I’m on Python 3.7, working on a project where my colleague is on 3.6. This has quickly revealed an issue with dictionaries in 3.7 that causes serious bugs if you’re not aware of the problem and careful about handling it.
Dictionaries are the Python class for storing key/value pairs, one of the most useful and fundamental data types, especially in Python.
Since the beginning of recorded programming history, dictionaries have been unordered, meaning they store their data in an effectively random order:
zoo = {'birds': 10, 'lions': 1, 'zebras': 5, }
print(zoo)
To see what order a dictionary stored things in before 3.7, you can use the hash()

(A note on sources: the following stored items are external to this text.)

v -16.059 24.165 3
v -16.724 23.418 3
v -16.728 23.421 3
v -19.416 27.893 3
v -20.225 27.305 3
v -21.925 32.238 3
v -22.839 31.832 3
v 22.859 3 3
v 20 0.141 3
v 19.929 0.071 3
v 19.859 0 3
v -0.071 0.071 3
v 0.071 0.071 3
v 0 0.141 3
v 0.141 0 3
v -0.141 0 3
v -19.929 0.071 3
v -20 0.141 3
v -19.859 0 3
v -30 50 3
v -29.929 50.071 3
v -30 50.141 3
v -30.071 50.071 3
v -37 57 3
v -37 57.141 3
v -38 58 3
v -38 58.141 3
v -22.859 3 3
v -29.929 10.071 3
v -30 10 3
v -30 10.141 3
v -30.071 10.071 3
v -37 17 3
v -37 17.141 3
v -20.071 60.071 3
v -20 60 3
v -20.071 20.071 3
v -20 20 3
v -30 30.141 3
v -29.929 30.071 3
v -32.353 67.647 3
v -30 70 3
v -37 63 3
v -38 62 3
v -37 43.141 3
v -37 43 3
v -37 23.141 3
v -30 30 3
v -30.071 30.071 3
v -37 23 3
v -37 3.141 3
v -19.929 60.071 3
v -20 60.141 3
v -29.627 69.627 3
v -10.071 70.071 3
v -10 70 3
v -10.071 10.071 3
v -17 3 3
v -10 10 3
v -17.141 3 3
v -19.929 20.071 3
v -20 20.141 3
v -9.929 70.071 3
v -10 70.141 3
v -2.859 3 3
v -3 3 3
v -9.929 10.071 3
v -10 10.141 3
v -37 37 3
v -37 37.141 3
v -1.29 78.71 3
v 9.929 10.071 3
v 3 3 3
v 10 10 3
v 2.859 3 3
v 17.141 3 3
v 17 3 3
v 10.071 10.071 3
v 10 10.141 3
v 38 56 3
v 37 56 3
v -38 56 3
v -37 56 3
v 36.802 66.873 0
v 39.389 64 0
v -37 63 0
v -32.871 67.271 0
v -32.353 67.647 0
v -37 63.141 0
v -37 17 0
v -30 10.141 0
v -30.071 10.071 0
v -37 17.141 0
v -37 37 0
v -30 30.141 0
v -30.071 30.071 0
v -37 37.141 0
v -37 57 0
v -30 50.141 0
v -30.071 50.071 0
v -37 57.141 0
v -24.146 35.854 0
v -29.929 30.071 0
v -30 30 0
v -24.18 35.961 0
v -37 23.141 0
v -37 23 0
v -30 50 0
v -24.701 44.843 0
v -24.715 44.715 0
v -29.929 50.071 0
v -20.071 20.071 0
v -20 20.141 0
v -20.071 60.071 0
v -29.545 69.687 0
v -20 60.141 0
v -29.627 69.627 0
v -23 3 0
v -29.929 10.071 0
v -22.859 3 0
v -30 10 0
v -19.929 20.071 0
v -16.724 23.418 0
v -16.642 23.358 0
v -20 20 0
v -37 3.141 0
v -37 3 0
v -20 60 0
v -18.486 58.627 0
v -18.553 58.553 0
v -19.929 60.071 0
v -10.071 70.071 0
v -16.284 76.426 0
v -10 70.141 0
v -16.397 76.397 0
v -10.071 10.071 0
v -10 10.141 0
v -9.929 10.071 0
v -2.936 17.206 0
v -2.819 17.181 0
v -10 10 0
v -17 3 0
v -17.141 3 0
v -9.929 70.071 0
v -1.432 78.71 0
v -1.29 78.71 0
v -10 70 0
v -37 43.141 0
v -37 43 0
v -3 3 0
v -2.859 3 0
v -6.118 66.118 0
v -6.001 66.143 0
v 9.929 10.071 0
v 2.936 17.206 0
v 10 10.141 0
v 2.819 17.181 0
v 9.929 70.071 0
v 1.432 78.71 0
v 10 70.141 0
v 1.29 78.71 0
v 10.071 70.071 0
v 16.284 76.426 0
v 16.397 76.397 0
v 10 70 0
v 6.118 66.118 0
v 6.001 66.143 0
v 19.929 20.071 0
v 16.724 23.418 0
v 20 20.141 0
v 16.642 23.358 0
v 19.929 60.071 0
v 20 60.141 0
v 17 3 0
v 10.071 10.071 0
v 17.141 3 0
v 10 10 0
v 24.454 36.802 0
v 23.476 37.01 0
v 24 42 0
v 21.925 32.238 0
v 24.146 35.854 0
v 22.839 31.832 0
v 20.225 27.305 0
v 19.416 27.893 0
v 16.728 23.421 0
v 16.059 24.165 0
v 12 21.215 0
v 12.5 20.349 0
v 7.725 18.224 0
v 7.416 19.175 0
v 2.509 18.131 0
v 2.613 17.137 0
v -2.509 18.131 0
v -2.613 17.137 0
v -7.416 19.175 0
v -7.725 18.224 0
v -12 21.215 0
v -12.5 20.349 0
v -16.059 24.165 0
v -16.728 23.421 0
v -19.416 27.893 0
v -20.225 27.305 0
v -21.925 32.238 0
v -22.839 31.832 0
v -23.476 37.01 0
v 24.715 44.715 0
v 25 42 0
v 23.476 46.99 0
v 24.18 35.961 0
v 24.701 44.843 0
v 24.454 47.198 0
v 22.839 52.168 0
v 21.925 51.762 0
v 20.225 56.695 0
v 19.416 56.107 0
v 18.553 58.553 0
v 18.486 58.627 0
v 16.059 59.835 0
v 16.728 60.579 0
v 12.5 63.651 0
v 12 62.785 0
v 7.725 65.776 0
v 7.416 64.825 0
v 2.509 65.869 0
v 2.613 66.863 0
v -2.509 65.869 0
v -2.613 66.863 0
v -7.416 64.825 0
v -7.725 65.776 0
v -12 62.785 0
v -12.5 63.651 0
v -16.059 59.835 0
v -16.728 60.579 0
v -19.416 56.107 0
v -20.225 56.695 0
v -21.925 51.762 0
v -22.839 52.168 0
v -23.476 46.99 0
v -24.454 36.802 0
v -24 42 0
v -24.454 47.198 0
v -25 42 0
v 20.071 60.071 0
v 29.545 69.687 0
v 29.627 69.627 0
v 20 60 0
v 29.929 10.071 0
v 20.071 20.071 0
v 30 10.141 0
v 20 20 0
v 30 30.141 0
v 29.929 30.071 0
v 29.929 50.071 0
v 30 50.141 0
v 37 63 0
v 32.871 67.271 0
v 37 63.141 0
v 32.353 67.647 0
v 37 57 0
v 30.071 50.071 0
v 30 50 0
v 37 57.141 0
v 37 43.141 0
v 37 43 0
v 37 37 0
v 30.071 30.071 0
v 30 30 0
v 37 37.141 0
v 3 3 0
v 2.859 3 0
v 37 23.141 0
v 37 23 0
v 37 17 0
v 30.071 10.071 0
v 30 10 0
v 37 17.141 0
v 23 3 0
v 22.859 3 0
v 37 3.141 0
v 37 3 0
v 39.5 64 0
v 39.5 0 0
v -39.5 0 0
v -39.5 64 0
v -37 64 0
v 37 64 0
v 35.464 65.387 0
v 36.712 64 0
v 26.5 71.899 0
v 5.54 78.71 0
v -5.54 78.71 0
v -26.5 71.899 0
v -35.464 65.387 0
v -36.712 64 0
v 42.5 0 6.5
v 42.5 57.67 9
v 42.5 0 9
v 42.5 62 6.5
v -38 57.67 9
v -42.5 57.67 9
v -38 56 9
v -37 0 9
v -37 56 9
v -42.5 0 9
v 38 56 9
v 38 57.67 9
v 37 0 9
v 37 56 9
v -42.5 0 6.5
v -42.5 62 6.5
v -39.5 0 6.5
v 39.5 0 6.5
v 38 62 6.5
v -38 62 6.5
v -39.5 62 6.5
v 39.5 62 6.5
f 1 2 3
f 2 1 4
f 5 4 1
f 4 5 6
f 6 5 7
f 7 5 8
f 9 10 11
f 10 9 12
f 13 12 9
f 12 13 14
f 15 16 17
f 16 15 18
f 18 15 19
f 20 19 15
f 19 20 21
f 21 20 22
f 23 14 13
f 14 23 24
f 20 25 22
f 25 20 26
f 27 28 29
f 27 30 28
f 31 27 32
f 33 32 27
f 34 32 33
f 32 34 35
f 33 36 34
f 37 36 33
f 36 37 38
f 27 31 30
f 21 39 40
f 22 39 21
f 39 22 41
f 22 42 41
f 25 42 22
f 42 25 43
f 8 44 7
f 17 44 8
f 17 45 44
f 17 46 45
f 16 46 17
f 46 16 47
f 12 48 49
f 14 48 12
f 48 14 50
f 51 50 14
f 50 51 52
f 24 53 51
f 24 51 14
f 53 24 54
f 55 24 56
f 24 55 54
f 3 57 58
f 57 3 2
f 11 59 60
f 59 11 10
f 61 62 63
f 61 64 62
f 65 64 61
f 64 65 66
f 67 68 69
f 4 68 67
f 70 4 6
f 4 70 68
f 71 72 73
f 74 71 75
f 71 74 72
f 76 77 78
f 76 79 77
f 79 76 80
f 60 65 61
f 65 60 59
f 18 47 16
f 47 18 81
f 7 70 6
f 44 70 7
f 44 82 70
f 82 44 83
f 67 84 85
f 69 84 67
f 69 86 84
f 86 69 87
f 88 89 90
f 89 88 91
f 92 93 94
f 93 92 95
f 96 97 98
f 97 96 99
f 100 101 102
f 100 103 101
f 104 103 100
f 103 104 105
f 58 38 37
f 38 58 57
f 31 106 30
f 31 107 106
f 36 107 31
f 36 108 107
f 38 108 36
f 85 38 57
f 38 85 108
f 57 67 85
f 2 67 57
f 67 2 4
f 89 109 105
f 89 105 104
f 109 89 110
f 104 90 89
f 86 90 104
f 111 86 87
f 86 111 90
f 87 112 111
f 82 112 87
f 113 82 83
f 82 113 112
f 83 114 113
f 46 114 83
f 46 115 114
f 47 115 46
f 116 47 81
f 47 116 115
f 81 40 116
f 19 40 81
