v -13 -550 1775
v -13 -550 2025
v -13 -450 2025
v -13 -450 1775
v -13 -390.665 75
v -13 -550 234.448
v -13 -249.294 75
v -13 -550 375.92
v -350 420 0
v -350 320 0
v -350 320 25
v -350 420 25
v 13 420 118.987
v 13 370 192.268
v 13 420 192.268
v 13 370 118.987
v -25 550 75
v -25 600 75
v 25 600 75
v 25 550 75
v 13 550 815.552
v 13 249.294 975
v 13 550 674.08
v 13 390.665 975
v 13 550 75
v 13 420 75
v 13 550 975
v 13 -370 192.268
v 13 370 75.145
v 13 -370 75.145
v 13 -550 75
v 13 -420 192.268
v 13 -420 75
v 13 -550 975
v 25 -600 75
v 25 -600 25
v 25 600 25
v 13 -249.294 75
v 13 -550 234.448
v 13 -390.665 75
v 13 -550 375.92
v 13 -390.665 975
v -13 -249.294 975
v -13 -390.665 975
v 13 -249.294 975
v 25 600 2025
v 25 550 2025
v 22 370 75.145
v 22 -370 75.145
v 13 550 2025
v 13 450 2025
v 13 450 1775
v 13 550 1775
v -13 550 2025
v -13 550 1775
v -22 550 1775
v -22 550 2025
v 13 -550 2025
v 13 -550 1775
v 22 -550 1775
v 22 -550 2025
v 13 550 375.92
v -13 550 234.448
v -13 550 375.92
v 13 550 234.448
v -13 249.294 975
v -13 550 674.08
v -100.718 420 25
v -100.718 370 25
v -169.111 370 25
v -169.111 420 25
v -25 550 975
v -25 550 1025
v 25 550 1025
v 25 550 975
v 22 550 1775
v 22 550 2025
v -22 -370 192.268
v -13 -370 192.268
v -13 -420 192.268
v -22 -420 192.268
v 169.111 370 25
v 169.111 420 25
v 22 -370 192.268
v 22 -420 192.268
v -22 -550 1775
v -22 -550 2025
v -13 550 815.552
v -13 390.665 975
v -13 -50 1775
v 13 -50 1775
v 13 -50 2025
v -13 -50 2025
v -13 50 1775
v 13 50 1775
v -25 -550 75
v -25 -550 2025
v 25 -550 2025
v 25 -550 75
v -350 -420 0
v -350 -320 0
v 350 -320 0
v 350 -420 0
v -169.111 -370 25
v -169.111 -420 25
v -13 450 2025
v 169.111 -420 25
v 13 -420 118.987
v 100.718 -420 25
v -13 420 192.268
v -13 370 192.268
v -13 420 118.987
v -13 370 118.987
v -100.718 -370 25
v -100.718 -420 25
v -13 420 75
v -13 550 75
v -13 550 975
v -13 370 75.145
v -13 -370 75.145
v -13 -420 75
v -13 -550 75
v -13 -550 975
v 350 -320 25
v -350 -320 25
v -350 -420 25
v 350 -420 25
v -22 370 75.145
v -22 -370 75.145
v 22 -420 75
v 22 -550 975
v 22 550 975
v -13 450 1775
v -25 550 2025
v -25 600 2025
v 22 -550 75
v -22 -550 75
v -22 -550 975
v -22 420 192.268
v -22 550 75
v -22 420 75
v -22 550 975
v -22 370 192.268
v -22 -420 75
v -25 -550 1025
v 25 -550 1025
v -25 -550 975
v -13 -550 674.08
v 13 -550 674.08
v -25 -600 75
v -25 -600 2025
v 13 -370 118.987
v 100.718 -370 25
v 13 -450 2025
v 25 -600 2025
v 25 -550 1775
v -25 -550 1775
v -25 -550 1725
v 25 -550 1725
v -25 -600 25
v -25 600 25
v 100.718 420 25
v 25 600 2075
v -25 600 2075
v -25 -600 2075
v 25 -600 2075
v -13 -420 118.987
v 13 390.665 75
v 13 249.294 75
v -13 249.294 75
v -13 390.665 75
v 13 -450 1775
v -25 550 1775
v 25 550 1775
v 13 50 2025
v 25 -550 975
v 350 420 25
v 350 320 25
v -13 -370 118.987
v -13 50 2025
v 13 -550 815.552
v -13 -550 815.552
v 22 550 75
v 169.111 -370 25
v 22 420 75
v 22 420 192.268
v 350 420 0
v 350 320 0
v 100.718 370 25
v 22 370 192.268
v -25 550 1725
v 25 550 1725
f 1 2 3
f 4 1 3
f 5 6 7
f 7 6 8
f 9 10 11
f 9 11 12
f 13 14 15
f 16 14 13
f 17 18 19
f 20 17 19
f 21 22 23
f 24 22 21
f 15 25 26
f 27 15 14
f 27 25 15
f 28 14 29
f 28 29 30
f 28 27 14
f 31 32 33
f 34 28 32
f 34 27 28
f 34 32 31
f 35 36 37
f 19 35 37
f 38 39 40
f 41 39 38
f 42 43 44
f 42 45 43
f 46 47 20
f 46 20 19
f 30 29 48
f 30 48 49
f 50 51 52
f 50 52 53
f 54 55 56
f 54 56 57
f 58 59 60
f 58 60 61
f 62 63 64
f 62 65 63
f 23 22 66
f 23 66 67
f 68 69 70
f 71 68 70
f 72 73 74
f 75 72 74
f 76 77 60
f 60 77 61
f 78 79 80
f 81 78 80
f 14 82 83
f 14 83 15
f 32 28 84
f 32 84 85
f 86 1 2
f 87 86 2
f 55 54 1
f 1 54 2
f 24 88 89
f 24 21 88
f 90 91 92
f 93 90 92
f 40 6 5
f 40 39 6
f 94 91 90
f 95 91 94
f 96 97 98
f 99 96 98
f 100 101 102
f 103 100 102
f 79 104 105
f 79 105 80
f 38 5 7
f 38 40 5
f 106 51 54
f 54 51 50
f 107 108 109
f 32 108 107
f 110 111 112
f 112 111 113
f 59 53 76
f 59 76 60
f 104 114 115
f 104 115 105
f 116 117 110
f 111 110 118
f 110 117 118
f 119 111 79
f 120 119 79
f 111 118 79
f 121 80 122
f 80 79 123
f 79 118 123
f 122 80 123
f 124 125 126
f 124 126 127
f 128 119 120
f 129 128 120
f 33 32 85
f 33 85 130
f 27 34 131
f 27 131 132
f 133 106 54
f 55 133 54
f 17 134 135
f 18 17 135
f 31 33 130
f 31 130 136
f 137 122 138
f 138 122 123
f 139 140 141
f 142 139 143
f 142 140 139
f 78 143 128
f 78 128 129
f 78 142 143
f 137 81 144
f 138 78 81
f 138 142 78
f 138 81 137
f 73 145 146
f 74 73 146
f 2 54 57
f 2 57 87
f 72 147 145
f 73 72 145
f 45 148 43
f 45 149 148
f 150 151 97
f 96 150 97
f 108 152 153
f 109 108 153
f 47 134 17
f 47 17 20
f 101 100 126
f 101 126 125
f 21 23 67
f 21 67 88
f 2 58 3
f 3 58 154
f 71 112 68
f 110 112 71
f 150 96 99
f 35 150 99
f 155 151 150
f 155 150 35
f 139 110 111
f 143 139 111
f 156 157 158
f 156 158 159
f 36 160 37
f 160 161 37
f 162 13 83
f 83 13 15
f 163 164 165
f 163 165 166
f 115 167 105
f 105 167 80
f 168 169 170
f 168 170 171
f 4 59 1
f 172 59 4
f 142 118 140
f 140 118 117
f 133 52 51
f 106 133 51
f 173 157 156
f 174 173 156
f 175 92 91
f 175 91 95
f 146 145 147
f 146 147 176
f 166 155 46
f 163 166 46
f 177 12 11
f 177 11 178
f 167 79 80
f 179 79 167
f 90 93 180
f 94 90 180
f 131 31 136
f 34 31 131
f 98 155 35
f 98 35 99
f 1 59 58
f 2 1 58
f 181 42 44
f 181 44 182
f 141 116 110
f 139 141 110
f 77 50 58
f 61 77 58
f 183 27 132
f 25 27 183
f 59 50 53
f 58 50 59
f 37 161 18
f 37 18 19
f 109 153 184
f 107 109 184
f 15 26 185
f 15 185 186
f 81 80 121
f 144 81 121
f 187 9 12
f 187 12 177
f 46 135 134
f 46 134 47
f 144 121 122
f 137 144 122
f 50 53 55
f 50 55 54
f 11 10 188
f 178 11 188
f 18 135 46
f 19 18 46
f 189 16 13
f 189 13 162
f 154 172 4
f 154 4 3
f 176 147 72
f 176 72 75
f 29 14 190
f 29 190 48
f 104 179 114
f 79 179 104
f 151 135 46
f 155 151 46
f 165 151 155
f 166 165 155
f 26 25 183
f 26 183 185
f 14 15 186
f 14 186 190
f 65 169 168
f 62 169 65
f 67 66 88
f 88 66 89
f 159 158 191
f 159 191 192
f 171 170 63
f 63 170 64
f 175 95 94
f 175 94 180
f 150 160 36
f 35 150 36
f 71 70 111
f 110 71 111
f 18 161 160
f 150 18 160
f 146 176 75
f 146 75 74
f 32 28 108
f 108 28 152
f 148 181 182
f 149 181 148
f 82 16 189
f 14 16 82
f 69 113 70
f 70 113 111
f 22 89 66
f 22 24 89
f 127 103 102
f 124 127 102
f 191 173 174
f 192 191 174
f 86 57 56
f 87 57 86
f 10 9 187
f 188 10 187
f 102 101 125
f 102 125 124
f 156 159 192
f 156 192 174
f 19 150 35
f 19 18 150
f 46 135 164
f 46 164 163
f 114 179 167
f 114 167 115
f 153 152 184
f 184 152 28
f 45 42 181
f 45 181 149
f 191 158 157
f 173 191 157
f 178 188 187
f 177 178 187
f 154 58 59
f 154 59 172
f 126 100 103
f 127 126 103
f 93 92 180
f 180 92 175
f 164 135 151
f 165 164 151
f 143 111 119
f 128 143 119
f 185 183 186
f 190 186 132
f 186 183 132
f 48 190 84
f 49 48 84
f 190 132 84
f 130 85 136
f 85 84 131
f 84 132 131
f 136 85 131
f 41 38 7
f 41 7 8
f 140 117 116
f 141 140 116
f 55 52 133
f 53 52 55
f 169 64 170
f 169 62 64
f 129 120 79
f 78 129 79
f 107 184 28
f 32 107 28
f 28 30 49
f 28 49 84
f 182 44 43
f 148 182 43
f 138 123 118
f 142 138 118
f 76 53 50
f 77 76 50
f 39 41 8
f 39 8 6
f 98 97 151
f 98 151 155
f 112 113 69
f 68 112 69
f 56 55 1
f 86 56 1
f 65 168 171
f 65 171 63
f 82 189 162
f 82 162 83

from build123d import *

# Parameters (mm, degrees)
F0_W           = 700
F0_H           = 100
F1_DEPTH       = 25
F3_W           = 50
F3_H           = 180
F3_H_2         = 100
F3_H_3         = 920
F4_DEPTH       = 50
F7_W           = 50
F7_H           = 50
F8_DEPTH       = 1950
F9_W           = 50
F9_H           = 1150
F9_H_2         = 50
F10_DEPTH      = 50
F11_W          = 50
F11_H          = 50
F12_DEPTH      = 1100
F14_DEPTH      = 13
F14_DEPTH_BACK = 13
F13_W          = 100
F13_H          = 250
F17_DEPTH      = 50
F21_DEPTH      = 9
F20_W          = 1100
F20_H          = 250


with BuildPart() as f1:
    # F0 (on Top) → F1 (new body)
    with BuildSketch(Plane.XY):
        with Locations((0, 370)):
            Rectangle(F0_W, F0_H)
    extrude(amount=F1_DEPTH)


with BuildPart() as f1b:
    # F0 (on Top) → F1, piece 2 (new body)
    with BuildSketch(Plane.XY):
        with Locations((0, -370)):
            Rectangle(F0_W, F0_H)
    extrude(amount=F1_DEPTH)


with BuildPart() as f4:
    # F3 (on face) → F4 (new body)
    with BuildSketch(Plane.XY.offset(25)):
        with Locations((0, -510)):
            Rectangle(F3_W, F3_H)
        with Locations((0, -370)):
            Rectangle(F3_W, F3_H_2)
        with Locations((0, 140)):
            Rectangle(F3_W, F3_H_3)
    extrude(amount=F4_DEPTH)


with BuildPart() as f8:
    # F7 (on face) → F8 (new body)
    with BuildSketch(Plane.XY.offset(75)):
        with Locations((0, -575)):
            Rectangle(F7_W, F7_H)
    extrude(amount=F8_DEPTH)


with BuildPart() as f8b:
    # F7 (on face) → F8, piece 2 (new body)
    with BuildSketch(Plane.XY.offset(75)):
        with Locations((0, 575)):
            Rectangle(F7_W, F7_H)
    extrude(amount=F8_DEPTH)


with BuildPart() as f10:
    # F9 (on face) → F10 (new body)
    with BuildSketch(Plane.XY.offset(2025)):
        with Locations((0, 25)):
            Rectangle(F9_W, F9_H)
        with Locations((0, -575)):
            Rectangle(F9_W, F9_H_2)
    extrude(amount=F10_DEPTH)


with BuildPart() as f12:
    # F11 (on face) → F12 (new body)
    with BuildSketch(Plane.XZ.offset(-550)):
        with Locations((0, 1000)):
            Rectangle(F11_W, F11_H)
    extrude(amount=F12_DEPTH)


with BuildPart() as f12b:
    # F11 (on face) → F12, piece 2 (new body)
    with BuildSketch(Plane.XZ.offset(-550)):
        with Locations((0, 1750)):
            Rectangle(F11_W, F11_H)
    extrude(amount=F12_DEPTH)


with BuildPart() as f14:
    # F13 (on Right) → F14 (new body, two sides)
    with BuildSketch(Plane.YZ) as f14_sk:
        Polygon((-249.2936508852, 975), (-390.6649114874, 975), (-550, 815.5519290026), (-550, 674.0804238375), align=None)
    extrude(amount=F14_DEPTH)
    extrude(f14_sk.sketch, amount=-F14_DEPTH_BACK)


with BuildPart() as f14b:
    # F13 (on Right) → F14, piece 2 (new body, two sides)
    with BuildSketch(Plane.YZ) as f14_2_sk:
        Polygon((390.6649114874, 975), (249.2936508852, 975), (550, 674.0804238375), (550, 815.5519290026), align=None)
    extrude(amount=F14_DEPTH)
    extrude(f14_2_sk.sketch, amount=-F14_DEPTH_BACK)


with BuildPart() as f14c:
    # F13 (on Right) → F14, piece 3 (new body, two sides)
    with BuildSketch(Plane.YZ) as f14_3_sk:
        Polygon((-390.6649114874, 75), (-249.2936508852, 75), (-550, 375.9195761625), (-550, 234.4480709974), align=None)
    extrude(amount=F14_DEPTH)
    extrude(f14_3_sk.sketch, amount=-F14_DEPTH_BACK)


with BuildPart() as f14d:
    # F13 (on Right) → F14, piece 4 (new body, two sides)
    with BuildSketch(Plane.YZ) as f14_4_sk:
        Polygon((550, 375.9195761625), (249.2936508852, 75), (390.6649114874, 75), (550, 234.4480709974), align=None)
    extrude(amount=F14_DEPTH)
    extrude(f14_4_sk.sketch, amount=-F14_DEPTH_BACK)


with BuildPart() as f14e:
    # F13 (on Right) → F14, piece 5 (new body, two sides)
    with BuildSketch(Plane.YZ) as f14_5_sk:
        with Locations((500, 1900)):
            Rectangle(F13_W, F13_H)
    extrude(amount=F14_DEPTH)
    extrude(f14_5_sk.sketch, amount=-F14_DEPTH_BACK)


with BuildPart() as f14f:
    # F13 (on Right) → F14, piece 6 (new body, two sides)
    with BuildSketch(Plane.YZ) as f14_6_sk:
        with Locations((-500, 1900)):
            Rectangle(F13_W, F13_H)
    extrude(amount=F14_DEPTH)
    extrude(f14_6_sk.sketch, amount=-F14_DEPTH_BACK)


with BuildPart() as f14g:
    # F13 (on Right) → F14, piece 7 (new body, two sides)
    with BuildSketch(Plane.YZ) as f14_7_sk:
        with Locations((0, 1900)):
            Rectangle(F13_W, F13_H)
    extrude(amount=F14_DEPTH)
    extrude(f14_7_sk.sketch, amount=-F14_DEPTH_BACK)


with BuildPart() as f17:
    # F16 (on offset) → F17 (new body)
    with BuildSketch(Plane.XZ.offset(-370)):
        Polygon((13, 118.9867779613), (100.7178681435, 25), (169.1110157222, 25), (13, 192.2677606344), align=None)
    extrude(amount=-F17_DEPTH)


with BuildPart() as f18_1:
    # F18: instance of F17
    add(f17.part.mirror(Plane.XZ))


with BuildPart() as f19_1:
    # F19: instance of F18_1
    add(f18_1.part.mirror(Plane.YZ))


with BuildPart() as f19_2:
    # F19: instance of F17
    add(f17.part.mirror(Plane.YZ))


with BuildPart() as f21:
    # F20 (on face) → F21 (new body)
    with BuildSketch(Plane(origin=(-13, 0, 0), x_dir=(0, -1, 0), z_dir=(-1, 0, 0))):
        Polygon((550, 75), (550, 975), (-550, 975), (-550, 75), (-420, 75), (-420, 192.2677606344), (-370, 192.2677606344), (-370, 75.1454979181), (370, 75.1454979181), (370, 192.2677606344), (420, 192.2677606344), (420, 75), align=None)
    extrude(amount=F21_DEPTH)


with BuildPart() as f21b:
    # F20 (on face) → F21, piece 2 (new body)
    with BuildSketch(Plane(origin=(-13, 0, 0), x_dir=(0, -1, 0), z_dir=(-1, 0, 0))):
        with Locations((0, 1900)):
            Rectangle(F20_W, F20_H)
    extrude(amount=F21_DEPTH)


with BuildPart() as f22_1:
    # F22: instance of F21
    add(f21.part.mirror(Plane.YZ))


with BuildPart() as f22_2:
    # F22: instance of F21b
    add(f21b.part.mirror(Plane.YZ))


solid = Compound([f1.part, f1b.part, f4.part, f8.part, f8b.part, f10.part, f12.part, f12b.part, f14.part, f14b.part, f14c.part, f14d.part, f14e.part, f14f.part, f14g.part, f17.part, f18_1.part, f19_1.part, f19_2.part, f21.part, f21b.part, f22_1.part, f22_2.part])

function, which returns a number that indicates the order in which the object will be stored in on your system:
print(f'zebras: {hash("zebras")}')
print(f'lions: {hash("lions")}')
print(f'birds: {hash("birds")}')
This is unintuitive, but by storing data this way, dictionaries are extremely fast to search. Unlike a list
, which is very slow to search, because Python searches a list by starting at the first item and going through the list until it finds the desired item; for a large list this can take a long time. A dictionary, on the other hand, calls the hash()
function for the item, gets that unique number, and effectively jumps right to the spot where it's stored.
When teaching dictionaries to new programmers (and sometimes even to experienced programmers) I've had to spend a lot of time explaining why and how they work the way they do, and imploring people to remember to never rely on the order of items in a dictionary.
In Python 3.7 dictionaries now remember their order. This is quite a nice feature, and I find myself now using dictionaries even more than I did before, because they act like an ordered list, yet are still extremely fast to search. It also makes them more intuitive and removes one potential source of bugs, where people would write code assuming the dictionary was ordered when it wasn’t.
For the last week I've been running into this. I'm working on a script that will be used for a project kickoff, and which makes heavy use of dictionaries being ordered to make the output usable.
Everything works great for me, but when my colleague on 3.6 runs the script, everything is in scrambled order, rendering the output almost useless. This is a very easy bug to run into unless you are also testing your script on a pre-3.7 version of Python.
Based on this experience, I've decided that for the foreseeable future I'm not going to use the built-in dictionary. Instead, the collections
module has an OrderedDict
class that acts just like a dictionary, but remembers the order no matter what version you are running (even Python 2.7 has this class).
You can't use the dictionary literal ({}
) for an OrderedDict, you have to use the class name, after which everything else is the same:
from collections import OrderedDict
mydict = OrderedDict()
mydict['birds'] = 5
mydict['lions'] = 1
mydict['zebras'] = 5
print(mydict)
If you take this approach you still need to be careful: I've found myself unthinkingly using a literal to create a dictionary and having the problem pop up yet again.
Even though I like having my dictionaries be ordered, this kind of change is disruptive enough that it seems like something that should go into a .0 release rather than a dot release, though I suppose that wouldn't really change this impact. In any case, now that this change has happened, be cautious with your use of dictionaries!